The `addItem()` method is not mentioned by `DistributionBase` because `DiscreteDistributionItem` differs essentially from `ContinuousDistributionItem`:

• `DiscreteDistributionItem` maps a single integer value to a single weight.
• `ContinuousDistributionItem` describes a trapezoid with its base (an interval of real numbers) aligned horizontally to the range axis and its sides aligned vertically to the weight axis.

Notice that the measure of relative concentration in an item is "weight" rather than "probability density". Rather than taking all the trouble to ensure that probabilities always sum to unity, my implementation maintains a `sumOfWeights` field at the distribution level. Calls to `densityAt()` convert weights to probability densities by dividing the 'raw' weight associated with an individual item by `sumOfWeights`. The `DistributionBase` superclass prescribes a `getSumOfWeights()` method for read-only access to the `sumOfWeights` field.

Consumption begins after `normalize()` returns; it encompasses calls to any of

• Method `densityAt(T value)` querys the PDF, returning a double.
• Method `densityUpTo(T value)` querys the CDF), returning a double.
• Method `quantile(double driver)` querying the quantile function), returning a T.

Because the sum of weights is maintained on the fly, it is allowable — though not advisable — to call `densityAt()` while a distribution is still under construction. The same is not true of `densityUpTo()`, since implementing the CDF and quantile function require each item to include a cumulative sum of weights. The cumulative sums are calculated in batch by the `normalize()` method, which should only be invoked once the complete range of the distribution has been accounted for with `addItem()` calls.

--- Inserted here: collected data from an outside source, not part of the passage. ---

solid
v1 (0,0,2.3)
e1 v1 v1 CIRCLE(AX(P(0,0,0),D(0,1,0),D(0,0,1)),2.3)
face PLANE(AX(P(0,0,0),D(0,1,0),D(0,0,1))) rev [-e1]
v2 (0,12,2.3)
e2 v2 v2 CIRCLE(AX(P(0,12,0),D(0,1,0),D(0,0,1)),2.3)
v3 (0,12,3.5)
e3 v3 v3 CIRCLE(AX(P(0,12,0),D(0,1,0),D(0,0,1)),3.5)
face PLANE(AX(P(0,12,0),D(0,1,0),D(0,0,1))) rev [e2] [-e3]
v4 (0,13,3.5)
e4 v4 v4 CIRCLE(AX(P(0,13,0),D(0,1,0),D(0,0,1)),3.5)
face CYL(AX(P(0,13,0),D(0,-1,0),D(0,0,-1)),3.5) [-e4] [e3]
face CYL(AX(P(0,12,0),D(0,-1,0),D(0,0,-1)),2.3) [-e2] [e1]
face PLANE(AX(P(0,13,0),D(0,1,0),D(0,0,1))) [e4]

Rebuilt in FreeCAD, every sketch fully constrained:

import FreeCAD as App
import Part
import Sketcher

V = App.Vector
Q = App.Units.Quantity

doc = App.newDocument("Part")
body = doc.addObject("PartDesign::Body", "Body")

sketch1 = doc.addObject("Sketcher::SketchObject", "Sketch")
body.addObject(sketch1)
sketch1.AttachmentSupport = (doc.XZ_Plane, [""])
sketch1.MapMode = "FlatFace"
sketch1.addGeometry(Part.Circle(V(0, 0, 0), V(0, 0, 1), 2.3), False)
sketch1.addConstraint([
    Sketcher.Constraint("Coincident", 0, 3, -1, 1),
    Sketcher.Constraint("Diameter", 0, Q("4.6 mm")),
])
pad1 = doc.addObject("PartDesign::Pad", "Pad")
body.addObject(pad1)
pad1.Profile = sketch1
pad1.Length = 12
pad1.Reversed = True

sketch2 = doc.addObject("Sketcher::SketchObject", "Sketch001")
body.addObject(sketch2)
sketch2.AttachmentSupport = (doc.XZ_Plane, [""])
sketch2.MapMode = "FlatFace"
sketch2.AttachmentOffset = App.Placement(V(0, 0, -12), App.Rotation())
sketch2.addGeometry(Part.Circle(V(0, 0, 0), V(0, 0, 1), 3.5), False)
sketch2.addConstraint([
    Sketcher.Constraint("Coincident", 0, 3, -1, 1),
    Sketcher.Constraint("Diameter", 0, Q("7 mm")),
])
pad2 = doc.addObject("PartDesign::Pad", "Pad001")
body.addObject(pad2)
pad2.Profile = sketch2
pad2.Length = 1
pad2.Reversed = True

doc.recompute()
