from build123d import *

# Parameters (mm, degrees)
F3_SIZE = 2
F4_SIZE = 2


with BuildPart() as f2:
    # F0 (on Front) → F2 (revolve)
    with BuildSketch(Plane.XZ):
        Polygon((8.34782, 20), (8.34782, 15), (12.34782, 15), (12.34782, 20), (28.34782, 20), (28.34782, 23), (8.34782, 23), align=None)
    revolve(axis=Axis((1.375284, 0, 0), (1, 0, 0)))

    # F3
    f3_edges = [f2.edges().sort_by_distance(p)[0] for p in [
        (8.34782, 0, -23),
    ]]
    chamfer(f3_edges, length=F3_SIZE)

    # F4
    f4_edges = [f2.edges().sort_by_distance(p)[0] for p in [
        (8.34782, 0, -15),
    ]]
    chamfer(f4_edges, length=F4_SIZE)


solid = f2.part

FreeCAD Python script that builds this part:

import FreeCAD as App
import Part
import Sketcher


def edges_at(feature, points):
    """Names of the edges that pass closest to the given points."""
    edges = feature.Shape.Edges
    near = lambda p: min(range(len(edges)), key=lambda i: edges[i].distToShape(Part.Vertex(*p))[0])
    return sorted({f"Edge{near(p) + 1}" for p in points})


def add_polygon(sketch, points):
    """Adds a closed chain of lines whose ends are joined by coincident constraints."""
    first, n = sketch.GeometryCount, len(points)
    for a, b in zip(points, points[1:] + points[:1]):
        sketch.addGeometry(Part.LineSegment(App.Vector(*a, 0), App.Vector(*b, 0)), False)
    for i in range(n):
        sketch.addConstraint(Sketcher.Constraint("Coincident", first + i, 2, first + (i + 1) % n, 1))

doc = App.newDocument("Part")
params = doc.addObject("Spreadsheet::Sheet", "Params")
for row, (alias, value) in enumerate([
    ("sketch1_width", "4 mm"),
    ("sketch1_width2", "16 mm"),
    ("sketch1_height", "5 mm"),
    ("sketch1_height2", "3 mm"),
    ("revolution_angle", "360 deg"),
    ("chamfer_size", "2 mm"),
    ("chamfer2_size", "2 mm"),
], start=1):
    params.set(f"A{row}", alias)
    params.set(f"B{row}", "=" + value)
    params.setAlias(f"B{row}", alias)

body = doc.addObject("PartDesign::Body", "Body")

# Sketch on XZ plane
sketch1 = doc.addObject("Sketcher::SketchObject", "Sketch")
body.addObject(sketch1)
sketch1.AttachmentSupport = (doc.XZ_Plane, [""])
sketch1.MapMode = "FlatFace"
add_polygon(sketch1, [(8.3, 15), (12.3, 15), (12.3, 20), (28.3, 20), (28.3, 23), (8.3, 23)])  # lines 0-5
sketch1.addConstraint([
    Sketcher.Constraint("Horizontal", 0),
    Sketcher.Constraint("Vertical", 1),
    Sketcher.Constraint("Horizontal", 2),
    Sketcher.Constraint("Vertical", 3),
    Sketcher.Constraint("Horizontal", 4),
    Sketcher.Constraint("Vertical", 5),
    Sketcher.Constraint("DistanceX", 0, 1, 0, 2, 4.0),
    Sketcher.Constraint("DistanceX", 2, 1, 2, 2, 16.0),
    Sketcher.Constraint("DistanceY", 1, 1, 1, 2, 5.0),
    Sketcher.Constraint("DistanceY", 3, 1, 3, 2, 3.0),
    Sketcher.Constraint("DistanceY", -1, 1, 0, 2, 15.0),
    Sketcher.Constraint("DistanceX", -1, 1, 0, 2, 12.34782),
])
sketch1.setExpression("Constraints[12]", "Params.sketch1_width")
sketch1.setExpression("Constraints[13]", "Params.sketch1_width2")
sketch1.setExpression("Constraints[14]", "Params.sketch1_height")
sketch1.setExpression("Constraints[15]", "Params.sketch1_height2")
revolution = doc.addObject("PartDesign::Revolution", "Revolution")
body.addObject(revolution)
revolution.Profile = sketch1
revolution.ReferenceAxis = (sketch1, ["H_Axis"])
revolution.setExpression("Angle", "Params.revolution_angle")
doc.recompute()

chamfer = doc.addObject("PartDesign::Chamfer", "Chamfer")
body.addObject(chamfer)
chamfer.Base = (revolution, edges_at(revolution, [(8.348, 0, -23)]))
chamfer.setExpression("Size", "Params.chamfer_size")
doc.recompute()

chamfer2 = doc.addObject("PartDesign::Chamfer", "Chamfer001")
body.addObject(chamfer2)
chamfer2.Base = (chamfer, edges_at(chamfer, [(8.348, 0, -15)]))
chamfer2.setExpression("Size", "Params.chamfer2_size")

doc.recompute()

The `DistributionBase` superclass provides for `normalize()`, and it also prescribes an `isNormalized()` method to verify that this step has taken place. (If not, then `densityUpTo()` and `quantile()`) will throw an `UnsupportedOperationException`.

The `initialize()` method is intended to be used in the following way. You have a mechanism for calculating probability densities, and from time to time the probabilities need to be recalculated. Perhaps a parameter changes, or one gets swapped out for another. One option is to discard the existing distribution instance and create a new one. A less disruptive option is to call `initialize()` on the existing instance and rebuild the distribution items in place.

2. The probability of selecting any particular v is 1 / ∞ ≈ 0, where the symbol ∞ stands in for a very large number such as the cycle length of Java's `Random` generator (25,214,903,917).